§ **Brief**:
First find the line with "#394=ORIENTED_EDGE('',*,*,#393,.F.);" in the entries below, then set down exactly every line through the line with "#399=ORIENTED_EDGE('',*,*,#92,.F.);", that line included.

§ **Stored items**:
-- Opening Marker --
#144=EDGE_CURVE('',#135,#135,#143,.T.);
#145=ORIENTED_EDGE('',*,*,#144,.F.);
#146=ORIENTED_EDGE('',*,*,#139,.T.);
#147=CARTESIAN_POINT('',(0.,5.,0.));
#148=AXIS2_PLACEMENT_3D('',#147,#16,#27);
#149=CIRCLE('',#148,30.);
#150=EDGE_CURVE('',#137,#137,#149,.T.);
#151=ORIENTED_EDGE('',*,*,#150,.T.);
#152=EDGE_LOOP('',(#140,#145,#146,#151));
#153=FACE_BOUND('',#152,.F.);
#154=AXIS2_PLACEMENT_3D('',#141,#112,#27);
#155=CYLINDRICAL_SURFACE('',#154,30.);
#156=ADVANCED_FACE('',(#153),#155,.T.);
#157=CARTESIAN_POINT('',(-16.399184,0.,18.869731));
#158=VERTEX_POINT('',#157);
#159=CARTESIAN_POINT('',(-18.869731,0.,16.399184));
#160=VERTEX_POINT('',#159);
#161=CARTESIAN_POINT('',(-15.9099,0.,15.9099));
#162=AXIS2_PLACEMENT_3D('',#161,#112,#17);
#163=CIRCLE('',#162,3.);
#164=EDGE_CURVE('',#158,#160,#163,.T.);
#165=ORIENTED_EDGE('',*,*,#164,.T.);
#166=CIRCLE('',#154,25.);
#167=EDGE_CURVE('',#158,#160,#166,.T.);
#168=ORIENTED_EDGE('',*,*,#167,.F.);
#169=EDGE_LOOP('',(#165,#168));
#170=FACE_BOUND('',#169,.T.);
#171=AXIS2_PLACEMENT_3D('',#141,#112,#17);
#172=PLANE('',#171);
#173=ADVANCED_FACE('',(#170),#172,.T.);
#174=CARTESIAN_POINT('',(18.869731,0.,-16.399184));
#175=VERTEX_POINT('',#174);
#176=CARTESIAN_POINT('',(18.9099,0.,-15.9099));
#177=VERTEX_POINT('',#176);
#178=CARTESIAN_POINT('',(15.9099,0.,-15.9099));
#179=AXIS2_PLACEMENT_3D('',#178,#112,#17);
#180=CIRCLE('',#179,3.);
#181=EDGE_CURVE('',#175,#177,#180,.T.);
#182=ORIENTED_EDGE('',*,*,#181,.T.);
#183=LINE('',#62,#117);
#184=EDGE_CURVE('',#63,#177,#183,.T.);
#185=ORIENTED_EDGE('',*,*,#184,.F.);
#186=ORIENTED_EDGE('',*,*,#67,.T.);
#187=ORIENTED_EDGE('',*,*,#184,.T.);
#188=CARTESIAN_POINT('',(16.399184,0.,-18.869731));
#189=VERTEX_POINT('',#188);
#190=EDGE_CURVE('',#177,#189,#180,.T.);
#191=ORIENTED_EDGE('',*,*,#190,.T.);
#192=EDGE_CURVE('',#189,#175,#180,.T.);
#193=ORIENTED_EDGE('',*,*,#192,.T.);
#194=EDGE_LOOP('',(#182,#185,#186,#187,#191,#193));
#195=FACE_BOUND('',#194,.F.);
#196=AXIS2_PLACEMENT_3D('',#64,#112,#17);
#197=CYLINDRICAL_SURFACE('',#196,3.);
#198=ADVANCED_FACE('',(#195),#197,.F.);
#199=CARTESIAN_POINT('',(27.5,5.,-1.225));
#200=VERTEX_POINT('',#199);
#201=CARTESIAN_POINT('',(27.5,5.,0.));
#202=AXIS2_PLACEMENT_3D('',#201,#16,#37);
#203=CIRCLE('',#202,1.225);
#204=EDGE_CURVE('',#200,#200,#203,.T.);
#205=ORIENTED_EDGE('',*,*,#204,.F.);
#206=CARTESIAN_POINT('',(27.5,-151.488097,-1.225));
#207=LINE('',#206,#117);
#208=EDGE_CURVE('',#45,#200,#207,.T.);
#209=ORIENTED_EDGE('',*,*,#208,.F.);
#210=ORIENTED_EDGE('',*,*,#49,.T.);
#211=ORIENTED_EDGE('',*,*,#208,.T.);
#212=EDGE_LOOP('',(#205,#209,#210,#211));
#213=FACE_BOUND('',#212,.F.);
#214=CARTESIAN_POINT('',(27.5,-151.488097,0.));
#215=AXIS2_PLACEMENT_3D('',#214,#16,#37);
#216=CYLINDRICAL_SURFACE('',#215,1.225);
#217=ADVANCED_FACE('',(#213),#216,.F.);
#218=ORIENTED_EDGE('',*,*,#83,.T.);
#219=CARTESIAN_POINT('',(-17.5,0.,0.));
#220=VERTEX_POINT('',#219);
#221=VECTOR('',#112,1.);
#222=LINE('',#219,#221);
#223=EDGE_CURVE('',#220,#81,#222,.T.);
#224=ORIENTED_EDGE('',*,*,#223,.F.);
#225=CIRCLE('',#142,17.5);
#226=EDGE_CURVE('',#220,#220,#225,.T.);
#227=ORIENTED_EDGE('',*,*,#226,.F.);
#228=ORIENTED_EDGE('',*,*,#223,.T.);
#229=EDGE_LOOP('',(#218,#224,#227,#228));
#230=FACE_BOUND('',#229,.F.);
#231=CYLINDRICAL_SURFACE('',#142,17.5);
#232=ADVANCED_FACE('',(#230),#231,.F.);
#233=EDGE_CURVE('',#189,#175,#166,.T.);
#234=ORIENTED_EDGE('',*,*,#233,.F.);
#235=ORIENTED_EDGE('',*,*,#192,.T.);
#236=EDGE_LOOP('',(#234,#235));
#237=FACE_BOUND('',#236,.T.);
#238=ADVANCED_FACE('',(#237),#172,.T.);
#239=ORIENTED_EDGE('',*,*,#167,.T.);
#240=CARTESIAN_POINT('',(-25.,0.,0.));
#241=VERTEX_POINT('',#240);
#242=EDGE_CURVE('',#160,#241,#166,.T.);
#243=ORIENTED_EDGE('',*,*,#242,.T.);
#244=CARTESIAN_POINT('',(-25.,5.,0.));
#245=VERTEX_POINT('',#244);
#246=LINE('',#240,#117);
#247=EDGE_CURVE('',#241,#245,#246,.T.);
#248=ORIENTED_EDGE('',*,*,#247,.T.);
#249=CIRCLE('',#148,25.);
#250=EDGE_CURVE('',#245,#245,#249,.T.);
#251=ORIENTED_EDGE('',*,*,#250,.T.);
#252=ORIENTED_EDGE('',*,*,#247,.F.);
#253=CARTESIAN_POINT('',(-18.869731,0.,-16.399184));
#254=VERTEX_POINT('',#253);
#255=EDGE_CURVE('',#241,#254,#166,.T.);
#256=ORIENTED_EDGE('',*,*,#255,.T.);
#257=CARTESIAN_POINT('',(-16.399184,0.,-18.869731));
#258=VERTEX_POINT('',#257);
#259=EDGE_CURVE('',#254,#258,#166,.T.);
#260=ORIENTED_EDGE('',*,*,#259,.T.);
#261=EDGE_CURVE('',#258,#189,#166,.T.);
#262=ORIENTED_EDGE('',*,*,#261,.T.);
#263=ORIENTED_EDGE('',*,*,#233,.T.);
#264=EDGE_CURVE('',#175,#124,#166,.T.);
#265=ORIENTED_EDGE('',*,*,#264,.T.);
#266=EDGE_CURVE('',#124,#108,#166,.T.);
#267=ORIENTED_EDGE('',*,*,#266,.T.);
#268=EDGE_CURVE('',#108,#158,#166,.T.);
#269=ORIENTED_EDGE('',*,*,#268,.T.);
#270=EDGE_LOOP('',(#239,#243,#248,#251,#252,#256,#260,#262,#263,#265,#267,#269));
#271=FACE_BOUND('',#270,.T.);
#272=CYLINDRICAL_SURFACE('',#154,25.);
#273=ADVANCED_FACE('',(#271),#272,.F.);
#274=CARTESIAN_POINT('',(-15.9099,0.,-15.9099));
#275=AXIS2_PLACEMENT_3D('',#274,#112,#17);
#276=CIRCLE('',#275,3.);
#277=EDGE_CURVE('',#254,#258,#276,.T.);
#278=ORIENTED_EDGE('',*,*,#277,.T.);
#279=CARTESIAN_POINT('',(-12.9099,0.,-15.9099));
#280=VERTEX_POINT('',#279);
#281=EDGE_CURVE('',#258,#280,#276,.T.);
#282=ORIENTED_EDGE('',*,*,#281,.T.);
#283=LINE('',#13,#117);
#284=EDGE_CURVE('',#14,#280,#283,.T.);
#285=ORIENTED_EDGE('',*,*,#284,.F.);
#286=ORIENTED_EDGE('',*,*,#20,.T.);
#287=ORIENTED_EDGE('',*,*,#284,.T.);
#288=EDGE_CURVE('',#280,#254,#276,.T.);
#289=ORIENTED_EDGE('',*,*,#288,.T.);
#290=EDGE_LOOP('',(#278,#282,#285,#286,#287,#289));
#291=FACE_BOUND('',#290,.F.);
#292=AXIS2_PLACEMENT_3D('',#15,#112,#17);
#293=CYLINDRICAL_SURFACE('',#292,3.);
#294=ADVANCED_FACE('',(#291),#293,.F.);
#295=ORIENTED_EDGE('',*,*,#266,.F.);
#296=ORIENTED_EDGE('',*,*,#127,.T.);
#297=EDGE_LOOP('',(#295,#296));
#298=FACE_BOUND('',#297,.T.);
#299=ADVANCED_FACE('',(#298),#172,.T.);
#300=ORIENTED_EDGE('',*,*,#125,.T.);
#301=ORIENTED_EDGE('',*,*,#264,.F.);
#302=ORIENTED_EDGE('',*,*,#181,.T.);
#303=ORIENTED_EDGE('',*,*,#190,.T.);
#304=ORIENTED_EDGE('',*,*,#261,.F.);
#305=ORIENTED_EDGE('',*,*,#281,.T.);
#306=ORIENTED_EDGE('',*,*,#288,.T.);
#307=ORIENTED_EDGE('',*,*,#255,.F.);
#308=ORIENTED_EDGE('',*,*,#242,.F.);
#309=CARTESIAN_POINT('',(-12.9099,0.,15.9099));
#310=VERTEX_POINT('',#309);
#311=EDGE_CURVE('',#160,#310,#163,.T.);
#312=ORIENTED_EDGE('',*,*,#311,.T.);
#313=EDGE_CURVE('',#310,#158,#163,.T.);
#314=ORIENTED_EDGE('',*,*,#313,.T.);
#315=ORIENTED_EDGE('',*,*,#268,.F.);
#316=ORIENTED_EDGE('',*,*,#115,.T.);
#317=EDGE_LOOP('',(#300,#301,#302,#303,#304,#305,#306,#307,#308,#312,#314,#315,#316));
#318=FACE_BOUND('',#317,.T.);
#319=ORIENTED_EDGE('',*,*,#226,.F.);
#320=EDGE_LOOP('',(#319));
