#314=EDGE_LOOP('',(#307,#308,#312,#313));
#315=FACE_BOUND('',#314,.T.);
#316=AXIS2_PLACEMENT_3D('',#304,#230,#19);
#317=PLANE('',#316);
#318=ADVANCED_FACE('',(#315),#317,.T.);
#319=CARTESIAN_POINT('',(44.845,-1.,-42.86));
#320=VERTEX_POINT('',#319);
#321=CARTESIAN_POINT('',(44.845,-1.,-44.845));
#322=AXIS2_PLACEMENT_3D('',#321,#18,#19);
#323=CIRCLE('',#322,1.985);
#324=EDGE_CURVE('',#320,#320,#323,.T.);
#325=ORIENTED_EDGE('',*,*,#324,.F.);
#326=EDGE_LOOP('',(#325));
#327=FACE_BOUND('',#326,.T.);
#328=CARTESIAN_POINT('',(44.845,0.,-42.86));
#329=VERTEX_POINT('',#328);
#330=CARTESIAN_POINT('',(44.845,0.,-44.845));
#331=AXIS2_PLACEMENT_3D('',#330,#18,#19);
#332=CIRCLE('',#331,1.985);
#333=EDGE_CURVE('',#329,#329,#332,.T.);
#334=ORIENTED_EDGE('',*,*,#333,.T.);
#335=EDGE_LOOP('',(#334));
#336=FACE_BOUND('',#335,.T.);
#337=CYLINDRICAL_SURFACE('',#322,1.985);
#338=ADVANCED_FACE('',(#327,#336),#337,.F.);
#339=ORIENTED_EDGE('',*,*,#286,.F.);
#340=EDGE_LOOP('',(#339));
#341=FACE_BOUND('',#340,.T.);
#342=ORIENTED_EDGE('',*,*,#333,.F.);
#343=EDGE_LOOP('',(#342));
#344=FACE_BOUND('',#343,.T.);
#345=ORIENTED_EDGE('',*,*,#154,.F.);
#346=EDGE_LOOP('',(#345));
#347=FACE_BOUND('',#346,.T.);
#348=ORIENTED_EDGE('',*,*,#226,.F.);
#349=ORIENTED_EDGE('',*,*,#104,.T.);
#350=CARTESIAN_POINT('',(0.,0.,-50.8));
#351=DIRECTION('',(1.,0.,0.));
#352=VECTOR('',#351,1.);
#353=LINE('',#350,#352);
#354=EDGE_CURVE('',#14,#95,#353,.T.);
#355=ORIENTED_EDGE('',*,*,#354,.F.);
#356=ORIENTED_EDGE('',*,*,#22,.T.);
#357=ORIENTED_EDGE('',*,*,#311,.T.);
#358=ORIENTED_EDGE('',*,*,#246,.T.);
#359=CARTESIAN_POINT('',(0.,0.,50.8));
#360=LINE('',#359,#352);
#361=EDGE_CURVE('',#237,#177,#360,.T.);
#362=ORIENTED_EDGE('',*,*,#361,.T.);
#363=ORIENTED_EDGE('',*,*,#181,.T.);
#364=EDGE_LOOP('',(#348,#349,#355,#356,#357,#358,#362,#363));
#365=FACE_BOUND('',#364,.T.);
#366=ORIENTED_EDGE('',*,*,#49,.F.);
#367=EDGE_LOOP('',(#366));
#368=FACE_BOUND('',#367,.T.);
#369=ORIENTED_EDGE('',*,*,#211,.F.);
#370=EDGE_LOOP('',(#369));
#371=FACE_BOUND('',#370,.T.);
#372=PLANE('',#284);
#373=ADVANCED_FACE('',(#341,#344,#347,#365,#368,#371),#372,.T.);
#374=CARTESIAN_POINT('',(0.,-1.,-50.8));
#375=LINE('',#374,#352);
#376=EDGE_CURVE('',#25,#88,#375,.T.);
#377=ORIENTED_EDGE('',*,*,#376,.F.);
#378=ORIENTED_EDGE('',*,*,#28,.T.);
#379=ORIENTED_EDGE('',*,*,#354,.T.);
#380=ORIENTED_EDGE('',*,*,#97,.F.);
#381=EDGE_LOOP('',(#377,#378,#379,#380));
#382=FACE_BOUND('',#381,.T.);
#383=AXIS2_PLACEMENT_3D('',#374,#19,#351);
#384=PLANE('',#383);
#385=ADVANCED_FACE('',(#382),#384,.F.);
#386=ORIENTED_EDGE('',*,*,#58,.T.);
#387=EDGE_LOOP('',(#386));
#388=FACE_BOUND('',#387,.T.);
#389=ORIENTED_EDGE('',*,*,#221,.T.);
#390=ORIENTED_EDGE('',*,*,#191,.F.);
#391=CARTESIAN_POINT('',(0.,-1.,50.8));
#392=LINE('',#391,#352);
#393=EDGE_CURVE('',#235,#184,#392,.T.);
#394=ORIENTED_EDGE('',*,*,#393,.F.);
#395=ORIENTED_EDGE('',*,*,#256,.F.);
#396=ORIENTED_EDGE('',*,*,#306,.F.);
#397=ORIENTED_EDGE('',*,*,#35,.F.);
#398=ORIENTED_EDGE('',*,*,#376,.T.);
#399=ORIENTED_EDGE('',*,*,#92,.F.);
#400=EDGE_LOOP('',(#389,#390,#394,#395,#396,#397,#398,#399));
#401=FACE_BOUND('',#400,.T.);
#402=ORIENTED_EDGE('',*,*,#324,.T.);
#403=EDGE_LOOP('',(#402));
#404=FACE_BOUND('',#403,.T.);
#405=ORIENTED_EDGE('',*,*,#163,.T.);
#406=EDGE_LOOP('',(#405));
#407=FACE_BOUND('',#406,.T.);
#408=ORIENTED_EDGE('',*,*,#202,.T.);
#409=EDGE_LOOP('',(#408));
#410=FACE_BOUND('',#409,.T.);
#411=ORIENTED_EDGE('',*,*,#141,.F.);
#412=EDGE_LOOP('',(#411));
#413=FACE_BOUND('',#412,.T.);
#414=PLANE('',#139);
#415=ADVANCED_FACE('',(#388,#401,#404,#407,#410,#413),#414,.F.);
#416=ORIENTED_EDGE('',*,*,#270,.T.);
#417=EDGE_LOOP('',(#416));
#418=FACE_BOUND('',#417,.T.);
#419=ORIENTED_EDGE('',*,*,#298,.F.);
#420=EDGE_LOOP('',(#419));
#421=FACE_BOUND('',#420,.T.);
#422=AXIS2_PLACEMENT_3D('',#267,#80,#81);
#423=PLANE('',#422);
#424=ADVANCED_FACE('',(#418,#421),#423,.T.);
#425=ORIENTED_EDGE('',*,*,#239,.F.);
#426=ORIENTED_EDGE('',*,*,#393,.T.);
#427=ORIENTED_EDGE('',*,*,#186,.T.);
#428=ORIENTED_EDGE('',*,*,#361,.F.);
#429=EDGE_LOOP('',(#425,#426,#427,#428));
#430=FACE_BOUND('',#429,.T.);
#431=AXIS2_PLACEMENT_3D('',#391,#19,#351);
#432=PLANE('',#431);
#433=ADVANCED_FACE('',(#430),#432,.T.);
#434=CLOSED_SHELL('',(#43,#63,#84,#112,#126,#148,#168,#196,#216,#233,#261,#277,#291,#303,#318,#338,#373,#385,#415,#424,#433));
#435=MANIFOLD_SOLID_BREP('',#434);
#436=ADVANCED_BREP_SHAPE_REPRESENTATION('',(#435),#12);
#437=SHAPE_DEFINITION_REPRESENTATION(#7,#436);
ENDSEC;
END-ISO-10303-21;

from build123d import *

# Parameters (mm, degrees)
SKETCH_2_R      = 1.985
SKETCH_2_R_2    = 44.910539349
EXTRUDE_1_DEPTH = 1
-- Closing Marker --
§ **Solved problem**:
#394=ORIENTED_EDGE('',*,*,#393,.F.);
#395=ORIENTED_EDGE('',*,*,#256,.F.);
#396=ORIENTED_EDGE('',*,*,#306,.F.);
#397=ORIENTED_EDGE('',*,*,#35,.F.);
#398=ORIENTED_EDGE('',*,*,#376,.T.);
#399=ORIENTED_EDGE('',*,*,#92,.F.);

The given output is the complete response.